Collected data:
--- START ---

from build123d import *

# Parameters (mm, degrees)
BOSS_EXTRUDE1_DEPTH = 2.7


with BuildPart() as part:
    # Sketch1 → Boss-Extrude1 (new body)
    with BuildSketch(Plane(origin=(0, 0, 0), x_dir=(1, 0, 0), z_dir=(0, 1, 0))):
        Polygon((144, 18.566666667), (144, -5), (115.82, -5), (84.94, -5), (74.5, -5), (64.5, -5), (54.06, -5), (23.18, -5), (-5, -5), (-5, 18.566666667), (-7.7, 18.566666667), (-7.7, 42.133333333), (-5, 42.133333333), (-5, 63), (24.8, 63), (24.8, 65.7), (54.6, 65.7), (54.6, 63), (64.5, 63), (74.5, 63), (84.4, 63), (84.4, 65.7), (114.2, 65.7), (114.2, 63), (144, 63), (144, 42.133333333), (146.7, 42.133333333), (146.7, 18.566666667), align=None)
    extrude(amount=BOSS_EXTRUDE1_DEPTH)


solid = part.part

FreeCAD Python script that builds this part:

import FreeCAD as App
import Part
import Sketcher

V = App.Vector
Q = App.Units.Quantity


def add_polygon(sketch, points):
    """Adds a closed chain of lines whose ends are joined by coincident constraints."""
    first, n = sketch.GeometryCount, len(points)
    for a, b in zip(points, points[1:] + points[:1]):
        sketch.addGeometry(Part.LineSegment(App.Vector(*a, 0), App.Vector(*b, 0)), False)
    for i in range(n):
        sketch.addConstraint(Sketcher.Constraint("Coincident", first + i, 2, first + (i + 1) % n, 1))

doc = App.newDocument("Part")
body = doc.addObject("PartDesign::Body", "Body")

# Sketch on XZ plane
sketch1 = doc.addObject("Sketcher::SketchObject", "Sketch")
body.addObject(sketch1)
sketch1.AttachmentSupport = (doc.XZ_Plane, [""])
sketch1.MapMode = "FlatFace"
add_polygon(sketch1, [(144, 5), (144, -18.566667), (146.7, -18.566667), (146.7, -42.133333), (144, -42.133333), (144, -63), (114.2, -63), (114.2, -65.7), (84.4, -65.7), (84.4, -63), (54.6, -63), (54.6, -65.7), (24.8, -65.7), (24.8, -63), (-5, -63), (-5, -42.133333), (-7.7, -42.133333), (-7.7, -18.566667), (-5, -18.566667), (-5, 5)])  # lines 0-19
sketch1.addConstraint([
    Sketcher.Constraint("Vertical", 0),
    Sketcher.Constraint("Horizontal", 1),
    Sketcher.Constraint("Vertical", 2),
    Sketcher.Constraint("Horizontal", 3),
    Sketcher.Constraint("Vertical", 4),
    Sketcher.Constraint("Horizontal", 5),
    Sketcher.Constraint("Vertical", 6),
    Sketcher.Constraint("Horizontal", 7),
    Sketcher.Constraint("Vertical", 8),
    Sketcher.Constraint("Horizontal", 9),
    Sketcher.Constraint("Vertical", 10),
    Sketcher.Constraint("Horizontal", 11),
    Sketcher.Constraint("Vertical", 12),
    Sketcher.Constraint("Horizontal", 13),
    Sketcher.Constraint("Vertical", 14),
    Sketcher.Constraint("Horizontal", 15),
    Sketcher.Constraint("Vertical", 16),
    Sketcher.Constraint("Horizontal", 17),
    Sketcher.Constraint("Vertical", 18),
    Sketcher.Constraint("Horizontal", 19),
    Sketcher.Constraint("Horizontal", 5, 2, 8, 2),
    Sketcher.Constraint("Horizontal", 7, 2, 10, 2),
    Sketcher.Constraint("Horizontal", 9, 2, 12, 2),
    Sketcher.Constraint("Horizontal", 3, 2, 14, 2),
    Sketcher.Constraint("Horizontal", 1, 2, 16, 2),
    Sketcher.Constraint("Vertical", 0, 2, 3, 2),
    Sketcher.Constraint("Vertical", 14, 2, 17, 2),
    Sketcher.Constraint("Equal", 5, 7),
    Sketcher.Constraint("Equal", 7, 9),
    Sketcher.Constraint("Equal", 9, 11),
    Sketcher.Constraint("Equal", 11, 13),
    Sketcher.Constraint("Equal", 3, 15),
    Sketcher.Constraint("Equal", 0, 2),
    Sketcher.Constraint("Equal", 17, 6),
    Sketcher.Constraint("DistanceX", 19, 1, 19, 2, Q("149 mm")),
    Sketcher.Constraint("DistanceX", 1, 1, 1, 2, Q("2.7 mm")),
    Sketcher.Constraint("DistanceX", -1, 1, 0, 2, Q("144 mm")),
    Sketcher.Constraint("DistanceY", 4, 2, -1, 1, Q("63 mm")),
    Sketcher.Constraint("DistanceY", -1, 1, 18, 2, Q("5 mm")),
    Sketcher.Constraint("DistanceY", 0, 2, 0, 1, Q("23.566667 mm")),
])
pad1 = doc.addObject("PartDesign::Pad", "Pad")
body.addObject(pad1)
pad1.Profile = sketch1
pad1.Length = 2.7
pad1.Reversed = True

doc.recompute()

--- END ---

#### Task objective
The answer must be a single number: the count of lines in the records above that contain the word "with".

#### Written reply
2